Closed ctschroeder closed 9 years ago
Can you double check the ANNIS metadata here? I'm seeing 1Cor_01 returning a corpus metadata value of "sahidica.mark": http://corpling.uis.georgetown.edu/annis-service/annis/meta/doc/sahidica.1corinthians/1Cor_01
oh yeah lookie lookie there
wait -- reassigned too soon -- what's going on with the Mark chapters 12-16 of the unedited sahidica.nt corpus? Why are they there?
What I think is happening is that multiple corpora contain documents with the same name, and then they both get each other's metadata. For example, both sahidica.nt and sahidica.mark contain a document called Mark_16. But since they come from different corpora, these documents should be kept distinct, and their metadata is not the same (the sahidica.nt version was not annotated by Rebecca Krawiec, but sahidica.mark was).
The ingested documents should be stored with the entire path they were brought from (sahidica.mark > Mark > Mark_16)
I have a fix in place for the Mark issues--rerunning the ingest now.
@amir-zeldes 1Cor chapters 1-9 are ready for republication; I fixed the metadata field in the 1 Cor 1 document. Oddly, the incorrect metadata field was for corpus but in the corpus level metadata not the document level metadata.
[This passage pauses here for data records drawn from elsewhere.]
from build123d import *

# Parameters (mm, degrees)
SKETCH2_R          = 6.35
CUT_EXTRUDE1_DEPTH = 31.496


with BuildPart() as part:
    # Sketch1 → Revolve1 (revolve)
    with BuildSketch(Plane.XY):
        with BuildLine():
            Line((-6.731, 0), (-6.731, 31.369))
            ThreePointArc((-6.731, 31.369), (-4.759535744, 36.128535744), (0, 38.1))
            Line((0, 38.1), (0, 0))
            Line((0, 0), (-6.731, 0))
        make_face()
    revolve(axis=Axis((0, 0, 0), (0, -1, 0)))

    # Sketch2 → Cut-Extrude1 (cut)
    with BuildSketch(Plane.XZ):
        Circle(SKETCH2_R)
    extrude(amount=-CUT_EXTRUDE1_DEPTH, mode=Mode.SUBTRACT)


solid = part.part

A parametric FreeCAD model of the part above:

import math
import FreeCAD as App
import Part
import Sketcher

V = App.Vector
Q = App.Units.Quantity

doc = App.newDocument("Part")
params = doc.addObject("Spreadsheet::Sheet", "Params")
for row, (alias, value) in enumerate([
    ("sketch1_height", "1.5 in"),
    ("sketch1_radius", "0.265 in"),
    ("revolution_angle", "360 deg"),
    ("sketch2_diameter", "0.5 in"),
    ("pocket1_length", "1.24 in"),
], start=1):
    params.set(f"A{row}", alias)
    params.set(f"B{row}", "=" + value)
    params.setAlias(f"B{row}", alias)

body = doc.addObject("PartDesign::Body", "Body")

# Sketch on XY plane
sketch1 = body.newObject("Sketcher::SketchObject", "Sketch")
sketch1.AttachmentSupport = (doc.getObject("XY_Plane"), [""])
sketch1.MapMode = "FlatFace"
sketch1.addGeometry([
    Part.LineSegment(V(-7, 31, 0), V(-7, 0, 0)),
    Part.LineSegment(V(-7, 0, 0), V(0, 0, 0)),
    Part.LineSegment(V(0, 0, 0), V(0, 38, 0)),
    Part.ArcOfCircle(Part.Circle(V(0, 31, 0), V(0, 0, 1), 7), math.radians(90), math.radians(180)),
], False)
sketch1.addConstraint([
    Sketcher.Constraint("Coincident", 0, 2, 1, 1),
    Sketcher.Constraint("Coincident", 1, 2, 2, 1),
    Sketcher.Constraint("Coincident", 2, 2, 3, 1),
    Sketcher.Constraint("Tangent", 3, 2, 0, 1),
    Sketcher.Constraint("Vertical", 0),
    Sketcher.Constraint("Horizontal", 1),
    Sketcher.Constraint("Vertical", 2),
    Sketcher.Constraint("Coincident", 1, 2, -1, 1),
    Sketcher.Constraint("PointOnObject", 3, 3, -2),
    Sketcher.Constraint("DistanceY", 2, 1, 2, 2, Q("1.5 in")),
    Sketcher.Constraint("Radius", 3, Q("0.265 in")),
])
sketch1.setExpression("Constraints[9]", "Params.sketch1_height")
sketch1.setExpression("Constraints[10]", "Params.sketch1_radius")
revolution = body.newObject("PartDesign::Revolution", "Revolution")
revolution.Profile = sketch1
revolution.ReferenceAxis = (sketch1, ["V_Axis"])
revolution.setExpression("Angle", "Params.revolution_angle")

# Sketch on XZ plane
sketch2 = body.newObject("Sketcher::SketchObject", "Sketch001")
sketch2.AttachmentSupport = (doc.getObject("XZ_Plane"), [""])
sketch2.MapMode = "FlatFace"
sketch2.addGeometry(Part.Circle(V(0, 0, 0), V(0, 0, 1), 6), False)
sketch2.addConstraint([
    Sketcher.Constraint("Coincident", 0, 3, -1, 1),
    Sketcher.Constraint("Diameter", 0, Q("0.5 in")),
])
sketch2.setExpression("Constraints[1]", "Params.sketch2_diameter")
pocket1 = body.newObject("PartDesign::Pocket", "Pocket")
pocket1.Profile = sketch2
pocket1.setExpression("Length", "Params.pocket1_length")

doc.recompute()
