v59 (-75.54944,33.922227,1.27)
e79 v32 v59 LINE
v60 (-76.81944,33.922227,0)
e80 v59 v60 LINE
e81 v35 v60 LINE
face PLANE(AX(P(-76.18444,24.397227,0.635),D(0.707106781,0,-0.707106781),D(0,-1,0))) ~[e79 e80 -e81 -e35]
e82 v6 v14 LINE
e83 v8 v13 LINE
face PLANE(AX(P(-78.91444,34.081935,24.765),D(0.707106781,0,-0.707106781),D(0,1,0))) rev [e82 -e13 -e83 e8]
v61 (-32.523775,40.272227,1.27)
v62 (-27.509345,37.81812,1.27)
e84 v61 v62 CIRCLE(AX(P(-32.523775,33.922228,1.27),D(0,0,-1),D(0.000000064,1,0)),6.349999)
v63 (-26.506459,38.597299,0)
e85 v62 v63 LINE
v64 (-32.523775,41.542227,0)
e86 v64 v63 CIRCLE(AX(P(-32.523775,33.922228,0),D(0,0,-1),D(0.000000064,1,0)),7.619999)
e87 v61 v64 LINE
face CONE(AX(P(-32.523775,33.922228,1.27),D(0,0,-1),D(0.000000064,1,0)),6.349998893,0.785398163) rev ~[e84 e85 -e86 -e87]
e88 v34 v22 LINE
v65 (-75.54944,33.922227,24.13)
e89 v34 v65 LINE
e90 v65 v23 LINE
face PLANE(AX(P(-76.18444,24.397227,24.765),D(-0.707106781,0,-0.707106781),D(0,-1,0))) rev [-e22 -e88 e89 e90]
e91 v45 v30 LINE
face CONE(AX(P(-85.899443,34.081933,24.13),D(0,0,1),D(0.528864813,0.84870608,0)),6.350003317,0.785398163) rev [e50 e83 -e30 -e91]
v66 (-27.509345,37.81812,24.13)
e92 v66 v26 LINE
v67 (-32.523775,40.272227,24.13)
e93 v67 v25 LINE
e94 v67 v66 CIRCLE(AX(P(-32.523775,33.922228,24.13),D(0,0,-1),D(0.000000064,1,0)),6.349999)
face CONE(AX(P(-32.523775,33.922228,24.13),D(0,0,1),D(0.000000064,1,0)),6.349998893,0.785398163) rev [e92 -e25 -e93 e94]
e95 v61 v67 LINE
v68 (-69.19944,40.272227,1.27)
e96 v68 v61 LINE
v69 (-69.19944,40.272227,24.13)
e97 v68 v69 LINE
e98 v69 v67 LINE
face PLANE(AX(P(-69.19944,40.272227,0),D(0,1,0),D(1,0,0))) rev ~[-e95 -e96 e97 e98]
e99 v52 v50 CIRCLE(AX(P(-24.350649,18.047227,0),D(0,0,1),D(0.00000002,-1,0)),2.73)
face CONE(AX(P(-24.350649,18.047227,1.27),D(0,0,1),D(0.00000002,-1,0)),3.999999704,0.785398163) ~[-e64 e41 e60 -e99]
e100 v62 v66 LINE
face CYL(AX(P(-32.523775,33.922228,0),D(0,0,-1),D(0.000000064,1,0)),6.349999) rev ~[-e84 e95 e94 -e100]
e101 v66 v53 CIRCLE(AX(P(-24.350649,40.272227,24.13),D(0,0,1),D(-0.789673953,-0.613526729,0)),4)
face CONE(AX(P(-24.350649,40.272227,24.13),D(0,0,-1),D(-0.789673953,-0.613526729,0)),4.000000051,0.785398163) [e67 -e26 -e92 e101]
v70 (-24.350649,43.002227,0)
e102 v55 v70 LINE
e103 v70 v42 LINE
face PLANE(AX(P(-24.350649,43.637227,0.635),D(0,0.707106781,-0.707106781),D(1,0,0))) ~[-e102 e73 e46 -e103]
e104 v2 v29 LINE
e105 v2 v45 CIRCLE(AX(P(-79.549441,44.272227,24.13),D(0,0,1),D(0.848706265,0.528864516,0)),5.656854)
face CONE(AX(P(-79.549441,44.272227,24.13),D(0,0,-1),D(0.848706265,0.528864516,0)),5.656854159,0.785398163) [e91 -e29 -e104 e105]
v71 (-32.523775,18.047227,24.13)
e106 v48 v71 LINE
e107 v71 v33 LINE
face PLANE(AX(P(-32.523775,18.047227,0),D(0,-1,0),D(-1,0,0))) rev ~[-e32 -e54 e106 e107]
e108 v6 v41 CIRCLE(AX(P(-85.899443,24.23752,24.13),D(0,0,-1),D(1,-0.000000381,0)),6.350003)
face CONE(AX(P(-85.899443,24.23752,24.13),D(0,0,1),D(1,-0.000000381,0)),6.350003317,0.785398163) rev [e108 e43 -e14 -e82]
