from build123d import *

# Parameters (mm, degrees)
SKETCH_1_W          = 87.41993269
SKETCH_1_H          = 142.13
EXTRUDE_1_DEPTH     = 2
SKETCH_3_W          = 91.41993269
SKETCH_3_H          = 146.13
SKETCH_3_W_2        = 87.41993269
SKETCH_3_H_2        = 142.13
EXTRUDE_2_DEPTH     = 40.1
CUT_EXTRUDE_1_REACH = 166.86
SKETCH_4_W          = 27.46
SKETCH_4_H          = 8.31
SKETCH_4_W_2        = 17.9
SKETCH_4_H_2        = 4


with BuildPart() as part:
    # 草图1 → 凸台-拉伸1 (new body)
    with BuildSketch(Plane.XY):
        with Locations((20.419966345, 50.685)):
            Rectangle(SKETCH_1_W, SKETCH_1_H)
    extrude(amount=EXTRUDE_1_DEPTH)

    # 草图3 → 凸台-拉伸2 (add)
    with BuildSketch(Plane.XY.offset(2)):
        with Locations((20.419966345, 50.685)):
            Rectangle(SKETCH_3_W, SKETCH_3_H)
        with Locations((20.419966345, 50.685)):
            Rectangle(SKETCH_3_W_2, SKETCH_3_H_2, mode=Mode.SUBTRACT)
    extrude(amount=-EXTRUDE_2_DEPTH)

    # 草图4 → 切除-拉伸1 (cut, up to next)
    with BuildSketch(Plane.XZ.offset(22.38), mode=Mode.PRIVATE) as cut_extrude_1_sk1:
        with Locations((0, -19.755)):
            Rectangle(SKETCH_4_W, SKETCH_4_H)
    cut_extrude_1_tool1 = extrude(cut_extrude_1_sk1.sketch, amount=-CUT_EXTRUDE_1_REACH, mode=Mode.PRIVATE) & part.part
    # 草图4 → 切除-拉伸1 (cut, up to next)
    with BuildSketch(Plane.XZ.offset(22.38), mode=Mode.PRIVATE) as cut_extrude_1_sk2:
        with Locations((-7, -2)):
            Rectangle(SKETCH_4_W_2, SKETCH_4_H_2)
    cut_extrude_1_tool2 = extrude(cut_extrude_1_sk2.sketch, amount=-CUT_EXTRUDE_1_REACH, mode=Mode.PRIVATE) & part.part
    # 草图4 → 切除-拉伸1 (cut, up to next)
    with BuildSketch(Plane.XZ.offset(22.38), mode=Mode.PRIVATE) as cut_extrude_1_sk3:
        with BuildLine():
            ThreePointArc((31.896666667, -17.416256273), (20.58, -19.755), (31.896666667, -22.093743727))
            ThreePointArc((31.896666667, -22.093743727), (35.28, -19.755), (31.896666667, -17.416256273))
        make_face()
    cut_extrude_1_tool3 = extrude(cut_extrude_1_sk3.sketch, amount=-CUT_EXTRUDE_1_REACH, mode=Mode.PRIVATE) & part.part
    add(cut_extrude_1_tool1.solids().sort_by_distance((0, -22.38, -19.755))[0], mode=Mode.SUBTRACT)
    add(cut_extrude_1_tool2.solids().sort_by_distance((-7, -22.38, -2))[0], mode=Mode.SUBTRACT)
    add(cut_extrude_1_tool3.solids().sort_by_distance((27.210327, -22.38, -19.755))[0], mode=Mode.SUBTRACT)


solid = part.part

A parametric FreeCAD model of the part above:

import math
import FreeCAD as App
import Part
import Sketcher
Q = App.Units.Quantity


def add_polygon(sketch, points):
    """Adds a closed chain of lines whose ends are joined by coincident constraints."""
    first, n = sketch.GeometryCount, len(points)
    for a, b in zip(points, points[1:] + points[:1]):
        sketch.addGeometry(Part.LineSegment(App.Vector(*a, 0), App.Vector(*b, 0)), False)
    for i in range(n):
        sketch.addConstraint(Sketcher.Constraint("Coincident", first + i, 2, first + (i + 1) % n, 1))

doc = App.newDocument("Part")
params = doc.addObject("Spreadsheet::Sheet", "Params")
for row, (alias, value) in enumerate([
    ("sketch1_height", "142.13 mm"),
    ("pad1_length", "2 mm"),
    ("sketch2_height", "146.13 mm"),
    ("pad2_length", "40.1 mm"),
    ("sketch3_width", "27.46 mm"),
    ("sketch3_height", "8.31 mm"),
    ("sketch4_height", "4 mm"),
    ("sketch4_width", "17.9 mm"),
    ("sketch5_radius", "5.9 mm"),
    ("sketch5_radius2", "2.5 mm"),
], start=1):
    params.set(f"A{row}", alias)
    params.set(f"B{row}", "=" + value)
    params.setAlias(f"B{row}", alias)

body = doc.addObject("PartDesign::Body", "Body")

sketch1 = body.newObject("Sketcher::SketchObject", "Sketch")
sketch1.AttachmentSupport = (doc.getObject("XY_Plane"), [""])
sketch1.MapMode = "FlatFace"
add_polygon(sketch1, [(-23, 122), (-23, -20), (64, -20), (64, 122)])
sketch1.addConstraint([
    Sketcher.Constraint("Vertical", 0),
    Sketcher.Constraint("Horizontal", 1),
    Sketcher.Constraint("Vertical", 2),
    Sketcher.Constraint("Horizontal", 3),
    Sketcher.Constraint("DistanceY", 0, 2, 0, 1, Q("142.13 mm")),
    Sketcher.Constraint("DistanceX", 0, 2, -1, 1, Q("23.29 mm")),
    Sketcher.Constraint("DistanceY", 0, 2, -1, 1, Q("20.38 mm")),
    Sketcher.Constraint("DistanceX", 1, 1, 1, 2, Q("87.419933 mm")),
])
sketch1.setExpression("Constraints[8]", "Params.sketch1_height")
pad1 = body.newObject("PartDesign::Pad", "Pad")
pad1.Profile = sketch1
pad1.setExpression("Length", "Params.pad1_length")

sketch2 = body.newObject("Sketcher::SketchObject", "Sketch001")
sketch2.AttachmentSupport = (doc.getObject("XY_Plane"), [""])
sketch2.MapMode = "FlatFace"
sketch2.AttachmentOffset = App.Placement(App.Vector(0, 0, 2), App.Rotation())
add_polygon(sketch2, [(-25, 124), (-25, -22), (66, -22), (66, 124)])
add_polygon(sketch2, [(64, -20), (-23, -20), (-23, 122), (64, 122)])
sketch2.addConstraint([
    Sketcher.Constraint("Vertical", 0),
    Sketcher.Constraint("Horizontal", 1),
    Sketcher.Constraint("Vertical", 2),
    Sketcher.Constraint("Horizontal", 3),
    Sketcher.Constraint("Horizontal", 4),
    Sketcher.Constraint("Vertical", 5),
    Sketcher.Constraint("Horizontal", 6),
    Sketcher.Constraint("Vertical", 7),
    Sketcher.Constraint("DistanceX", 0, 2, 4, 2, Q("2 mm")),
    Sketcher.Constraint("DistanceY", 0, 2, 4, 2, Q("2 mm")),
    Sketcher.Constraint("DistanceY", 5, 2, 3, 2, Q("2 mm")),
    Sketcher.Constraint("DistanceX", 6, 2, 2, 2, Q("2 mm")),
    Sketcher.Constraint("DistanceY", 0, 2, 0, 1, Q("146.13 mm")),
    Sketcher.Constraint("DistanceX", 0, 2, -1, 1, Q("25.29 mm")),
    Sketcher.Constraint("DistanceY", 0, 2, -1, 1, Q("22.38 mm")),
    Sketcher.Constraint("DistanceX", 1, 1, 1, 2, Q("91.419933 mm")),
])
sketch2.setExpression("Constraints[20]", "Params.sketch2_height")
pad2 = body.newObject("PartDesign::Pad", "Pad001")
pad2.Profile = sketch2
pad2.setExpression("Length", "Params.pad2_length")
pad2.Reversed = True

sketch3 = body.newObject("Sketcher::SketchObject", "Sketch002")
sketch3.AttachmentSupport = (doc.getObject("XZ_Plane"), [""])
sketch3.MapMode = "FlatFace"
sketch3.AttachmentOffset = App.Placement(App.Vector(0, 0, 22.38), App.Rotation())
add_polygon(sketch3, [(-14, -16), (-14, -24), (14, -24), (14, -16)])
sketch3.addConstraint([
    Sketcher.Constraint("Vertical", 0),
    Sketcher.Constraint("Horizontal", 1),
    Sketcher.Constraint("Vertical", 2),
    Sketcher.Constraint("Horizontal", 3),
    Sketcher.Constraint("DistanceX", 1, 1, 1, 2, Q("27.46 mm")),
    Sketcher.Constraint("DistanceY", 0, 2, 0, 1, Q("8.31 mm")),
    Sketcher.Constraint("DistanceY", 2, 2, -1, 1, Q("15.6 mm")),
    Sketcher.Constraint("DistanceX", 0, 2, -1, 1, Q("13.73 mm")),
])
sketch3.setExpression("Constraints[8]", "Params.sketch3_width")
sketch3.setExpression("Constraints[9]", "Params.sketch3_height")
pocket1 = body.newObject("PartDesign::Pocket", "Pocket")
pocket1.Profile = sketch3
pocket1.Type = "UpToFirst"

sketch4 = body.newObject("Sketcher::SketchObject", "Sketch003")
sketch4.AttachmentSupport = (doc.getObject("XZ_Plane"), [""])
sketch4.MapMode = "FlatFace"
sketch4.AttachmentOffset = App.Placement(App.Vector(0, 0, 22.38), App.Rotation())
add_polygon(sketch4, [(-15.9, 0), (-15.9, -4), (1.9, -4), (1.9, 0)])
sketch4.addConstraint([
    Sketcher.Constraint("Vertical", 0),
    Sketcher.Constraint("Horizontal", 1),
    Sketcher.Constraint("Vertical", 2),
    Sketcher.Constraint("Horizontal", 3),
    Sketcher.Constraint("PointOnObject", 2, 2, -1),
    Sketcher.Constraint("DistanceY", 0, 2, 0, 1, Q("4 mm")),
    Sketcher.Constraint("DistanceX", 1, 1, 1, 2, Q("17.9 mm")),
    Sketcher.Constraint("DistanceX", 0, 2, -1, 1, Q("15.95 mm")),
])
sketch4.setExpression("Constraints[9]", "Params.sketch4_height")
sketch4.setExpression("Constraints[10]", "Params.sketch4_width")
pocket2 = body.newObject("PartDesign::Pocket", "Pocket001")
pocket2.Profile = sketch4
pocket2.Type = "UpToFirst"

sketch5 = body.newObject("Sketcher::SketchObject", "Sketch004")
sketch5.AttachmentSupport = (doc.getObject("XZ_Plane"), [""])
sketch5.MapMode = "FlatFace"
sketch5.AttachmentOffset = App.Placement(App.Vector(0, 0, 22.38), App.Rotation())
sketch5.addGeometry([
    Part.ArcOfCircle(Part.Circle(App.Vector(26.5, -19.8, 0), App.Vector(0, 0, 1), 5.9), math.radians(23), math.radians(337)),
    Part.ArcOfCircle(Part.Circle(App.Vector(32.8, -19.8, 0), App.Vector(0, 0, 1), 2.5), math.radians(-111), math.radians(111)),
], False)
sketch5.addConstraint([
    Sketcher.Constraint("Coincident", 0, 1, 1, 2),
    Sketcher.Constraint("Coincident", 1, 1, 0, 2),
    Sketcher.Constraint("Horizontal", 0, 3, 1, 3),
    Sketcher.Constraint("Radius", 0, Q("5.9 mm")),
    Sketcher.Constraint("Radius", 1, Q("2.5 mm")),
    Sketcher.Constraint("DistanceX", 0, 3, 1, 3, Q("6.3 mm")),
    Sketcher.Constraint("DistanceX", -1, 1, 0, 3, Q("26.48 mm")),
    Sketcher.Constraint("DistanceY", 0, 3, -1, 1, Q("19.755 mm")),
])
sketch5.setExpression("Constraints[3]", "Params.sketch5_radius")
sketch5.setExpression("Constraints[4]", "Params.sketch5_radius2")
pocket3 = body.newObject("PartDesign::Pocket", "Pocket002")
pocket3.Profile = sketch5
pocket3.Type = "UpToFirst"

doc.recompute()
Filtering for the corpus sahidica.mark should list chapters 1-6 and 12-16 of the Gospel of Mark from the manually edited Mark Corpus. It does not. It erroneously also lists one chapter of 1Cor from the 1cor manually edited corpus and Mark chapters 12-16 of the unedited sahidica.nt corpus.
There is a basic problem with the ingest of metadata or something going on here.